Advanced Quality Planning for Low Production Volume with QRL (Quality Readiness Level) prioritization and optimization of Quality resources

The aim of this paper is to present a prioritization and optimization of quality resources by introducing the concepts of QRL (Quality Readiness Level) and PPAP (Production Part Approval Process) together with system or subsystem safety level and customer impact. The automotive industry has used APQP (Advanced Product Quality Planning) as the basis for product development to ensure its Quality for over 30 years. The question developed in the work is how to adapt the APQP for the low volume industry (in the case of aerospace industry) and, due to the amount of PNs (Part Numbers), how to create a prioritization for its use. For product development, the work proposes the use of APQP by the AS9145 standard and adapted with the 13 items of PPAP (Production Part Approval Process) listed as: project or design, modification control, engineering approval, Failure Mode and Effects Analysis (FMEA), measurement system analysis, First Article Inspection (FAI) report, accelerated test results, composite approval, workforce training, visual criteria, customer-specific requirements, approval of special processes, and management of sub-suppliers. In order to use all the items in the different systems of a project and to optimize the Quality resources, a prioritization is proposed with the QRL that evaluates the readiness based on the TRL (Technological Readiness Level), MRL (Manufacturing Readiness Level), product or process change, quality performance in the production line and reliability performance in the field.

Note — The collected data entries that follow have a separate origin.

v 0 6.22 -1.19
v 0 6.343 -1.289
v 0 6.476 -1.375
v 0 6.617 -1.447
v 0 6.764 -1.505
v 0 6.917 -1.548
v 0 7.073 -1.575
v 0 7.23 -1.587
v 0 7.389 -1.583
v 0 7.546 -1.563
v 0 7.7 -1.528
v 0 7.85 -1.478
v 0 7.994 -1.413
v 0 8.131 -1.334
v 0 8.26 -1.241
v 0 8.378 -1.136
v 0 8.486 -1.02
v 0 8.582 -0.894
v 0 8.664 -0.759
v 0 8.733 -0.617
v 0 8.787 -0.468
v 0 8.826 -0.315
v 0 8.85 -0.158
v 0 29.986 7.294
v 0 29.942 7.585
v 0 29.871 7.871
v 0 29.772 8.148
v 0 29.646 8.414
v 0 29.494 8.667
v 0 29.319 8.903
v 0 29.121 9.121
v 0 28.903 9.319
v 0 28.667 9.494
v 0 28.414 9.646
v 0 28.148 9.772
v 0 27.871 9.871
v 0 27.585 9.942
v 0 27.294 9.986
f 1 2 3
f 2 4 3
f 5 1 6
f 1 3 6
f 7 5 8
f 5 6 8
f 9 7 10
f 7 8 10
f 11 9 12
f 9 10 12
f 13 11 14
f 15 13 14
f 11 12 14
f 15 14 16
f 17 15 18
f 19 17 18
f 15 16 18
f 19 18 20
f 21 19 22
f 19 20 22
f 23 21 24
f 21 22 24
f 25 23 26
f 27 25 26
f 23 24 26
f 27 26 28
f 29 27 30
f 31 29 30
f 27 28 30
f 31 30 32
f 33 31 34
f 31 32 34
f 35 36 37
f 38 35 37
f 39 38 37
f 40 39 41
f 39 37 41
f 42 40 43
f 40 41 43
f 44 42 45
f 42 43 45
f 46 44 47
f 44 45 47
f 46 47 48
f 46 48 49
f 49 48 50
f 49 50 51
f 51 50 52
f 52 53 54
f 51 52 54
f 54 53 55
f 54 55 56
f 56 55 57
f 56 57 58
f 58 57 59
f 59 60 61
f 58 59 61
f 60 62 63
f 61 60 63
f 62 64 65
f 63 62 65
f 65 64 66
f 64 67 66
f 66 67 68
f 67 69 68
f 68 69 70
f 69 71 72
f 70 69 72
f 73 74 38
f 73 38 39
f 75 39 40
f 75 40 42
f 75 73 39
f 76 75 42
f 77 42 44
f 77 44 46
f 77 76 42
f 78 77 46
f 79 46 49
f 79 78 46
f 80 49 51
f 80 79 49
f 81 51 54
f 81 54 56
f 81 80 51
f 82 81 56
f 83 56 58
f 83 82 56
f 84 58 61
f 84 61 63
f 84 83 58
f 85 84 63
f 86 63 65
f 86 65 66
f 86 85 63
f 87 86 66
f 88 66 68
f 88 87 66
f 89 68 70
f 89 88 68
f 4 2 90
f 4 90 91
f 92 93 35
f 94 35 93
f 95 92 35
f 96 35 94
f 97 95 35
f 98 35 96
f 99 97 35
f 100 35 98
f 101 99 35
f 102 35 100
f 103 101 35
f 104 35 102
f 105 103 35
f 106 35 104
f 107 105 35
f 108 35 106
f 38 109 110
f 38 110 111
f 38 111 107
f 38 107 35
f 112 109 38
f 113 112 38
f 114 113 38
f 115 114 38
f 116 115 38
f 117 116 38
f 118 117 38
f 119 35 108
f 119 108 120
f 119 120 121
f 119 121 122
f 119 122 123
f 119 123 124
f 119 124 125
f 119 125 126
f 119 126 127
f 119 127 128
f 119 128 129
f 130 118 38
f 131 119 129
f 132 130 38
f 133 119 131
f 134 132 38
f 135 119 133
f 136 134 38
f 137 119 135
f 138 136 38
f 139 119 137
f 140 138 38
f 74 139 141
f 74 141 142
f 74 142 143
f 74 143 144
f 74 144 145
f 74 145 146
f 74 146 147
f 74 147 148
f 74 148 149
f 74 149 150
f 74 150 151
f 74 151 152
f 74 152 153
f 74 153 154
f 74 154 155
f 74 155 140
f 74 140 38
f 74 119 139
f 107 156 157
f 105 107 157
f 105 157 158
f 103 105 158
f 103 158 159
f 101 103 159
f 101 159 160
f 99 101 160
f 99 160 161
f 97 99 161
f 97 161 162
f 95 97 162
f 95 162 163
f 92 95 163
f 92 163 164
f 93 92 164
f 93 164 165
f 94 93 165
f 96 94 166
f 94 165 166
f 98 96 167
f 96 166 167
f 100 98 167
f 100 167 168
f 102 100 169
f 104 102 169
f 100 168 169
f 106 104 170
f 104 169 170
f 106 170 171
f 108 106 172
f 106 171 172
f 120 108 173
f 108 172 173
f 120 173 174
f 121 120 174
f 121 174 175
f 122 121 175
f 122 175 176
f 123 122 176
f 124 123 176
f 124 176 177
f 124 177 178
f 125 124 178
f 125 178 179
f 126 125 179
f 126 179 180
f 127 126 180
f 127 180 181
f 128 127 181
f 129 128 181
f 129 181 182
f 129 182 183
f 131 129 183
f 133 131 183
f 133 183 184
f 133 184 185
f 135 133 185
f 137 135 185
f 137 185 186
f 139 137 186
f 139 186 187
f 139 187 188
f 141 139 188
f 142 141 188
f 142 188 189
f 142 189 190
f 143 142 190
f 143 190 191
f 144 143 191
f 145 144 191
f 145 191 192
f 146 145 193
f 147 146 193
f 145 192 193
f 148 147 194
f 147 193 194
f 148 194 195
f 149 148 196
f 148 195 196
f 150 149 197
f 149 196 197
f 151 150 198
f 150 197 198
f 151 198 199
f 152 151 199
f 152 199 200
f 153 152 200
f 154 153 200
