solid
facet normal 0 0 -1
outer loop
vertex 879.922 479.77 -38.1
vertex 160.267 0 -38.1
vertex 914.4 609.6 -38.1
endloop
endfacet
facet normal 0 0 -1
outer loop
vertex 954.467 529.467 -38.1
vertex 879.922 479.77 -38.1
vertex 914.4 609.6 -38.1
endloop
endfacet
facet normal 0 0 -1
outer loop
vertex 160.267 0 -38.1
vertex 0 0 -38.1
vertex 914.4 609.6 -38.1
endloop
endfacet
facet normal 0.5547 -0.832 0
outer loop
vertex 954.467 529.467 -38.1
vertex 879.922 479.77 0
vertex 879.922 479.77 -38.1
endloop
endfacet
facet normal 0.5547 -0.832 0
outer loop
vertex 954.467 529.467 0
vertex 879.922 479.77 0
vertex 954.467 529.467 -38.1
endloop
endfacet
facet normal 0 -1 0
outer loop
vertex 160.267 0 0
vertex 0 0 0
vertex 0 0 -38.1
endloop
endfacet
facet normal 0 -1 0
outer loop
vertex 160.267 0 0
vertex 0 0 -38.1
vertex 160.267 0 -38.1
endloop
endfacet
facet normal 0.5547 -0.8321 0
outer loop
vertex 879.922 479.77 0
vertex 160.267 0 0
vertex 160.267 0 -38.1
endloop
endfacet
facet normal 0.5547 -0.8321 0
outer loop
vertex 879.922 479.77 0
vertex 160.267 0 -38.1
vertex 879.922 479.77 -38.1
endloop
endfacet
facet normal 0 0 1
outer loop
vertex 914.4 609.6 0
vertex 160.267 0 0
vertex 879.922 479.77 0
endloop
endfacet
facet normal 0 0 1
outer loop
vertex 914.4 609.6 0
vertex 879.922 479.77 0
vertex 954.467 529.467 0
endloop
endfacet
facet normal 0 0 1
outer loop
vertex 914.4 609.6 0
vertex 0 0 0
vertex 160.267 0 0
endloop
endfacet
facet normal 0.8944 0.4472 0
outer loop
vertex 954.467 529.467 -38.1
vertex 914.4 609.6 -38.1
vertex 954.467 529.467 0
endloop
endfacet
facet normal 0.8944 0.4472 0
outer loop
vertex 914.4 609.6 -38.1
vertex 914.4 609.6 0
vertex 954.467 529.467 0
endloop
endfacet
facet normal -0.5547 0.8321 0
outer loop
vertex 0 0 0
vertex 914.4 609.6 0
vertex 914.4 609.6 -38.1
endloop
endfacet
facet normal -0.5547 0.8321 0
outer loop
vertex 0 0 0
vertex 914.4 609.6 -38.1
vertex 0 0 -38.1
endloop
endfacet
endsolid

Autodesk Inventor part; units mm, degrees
ref_plane "YZ Plane" through (0, 0, 0) normal (1, 0, 0) x (0, 1, 0)
ref_plane "XZ Plane" through (0, 0, 0) normal (0, 1, 0) x (-1, 0, 0)
ref_plane "XY Plane" through (0, 0, 0) normal (0, 0, 1) x (1, 0, 0)
sketch "Sketch1" plane through (0, 0, 0) normal (0, 0, 1) x (1, 0, 0)
  line L0 (0, 0) -> (0, -38.1) projected
  line L1 (0, -38.1) -> (1219.2, -38.1) projected
  line L2 (1219.2, 0) -> (1219.2, -38.1) projected
  line L3 (0, 0) -> (1219.2, 0) projected
  line L4 (0, 0) -> (914.4, 0)
  line L5 (914.4, 609.6) -> (0, 0)
  line L6 (914.4, 609.6) -> (1219.2, 0)
  line L7 (1219.2, 0) -> (1126.19, 0)
  line L8 (1119.8068, 0) -> (879.9218, 479.77)
  line L9 (1119.8068, 0) -> (1219.2, 0)
  line L10 (160.2668, 0) -> (879.9218, 479.77)
  line L11 (879.9218, 479.77) -> (954.4667, 529.4666)
  dimension "d3" = 88.9
extrude "Extrusion1" add sketch "Sketch1" against normal blind 38.1 contours L5 L6 L11 L10 L3
properties part number "S_2x4x43.267"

It is also considered the system or sub-system safety level, based on FAA (Federal Aviation Administration) category classification and the customer impact (how visible the system is to the final customer). A case study is shown using APQP in conjunction with QRL prioritization. In conclusion, an optimization greater than 99% of the Quality resources is observed, and a result of reduction of 6 years in the cost of poor quality curve in the production line and improvement of 2 years in the reliability of the product in the field.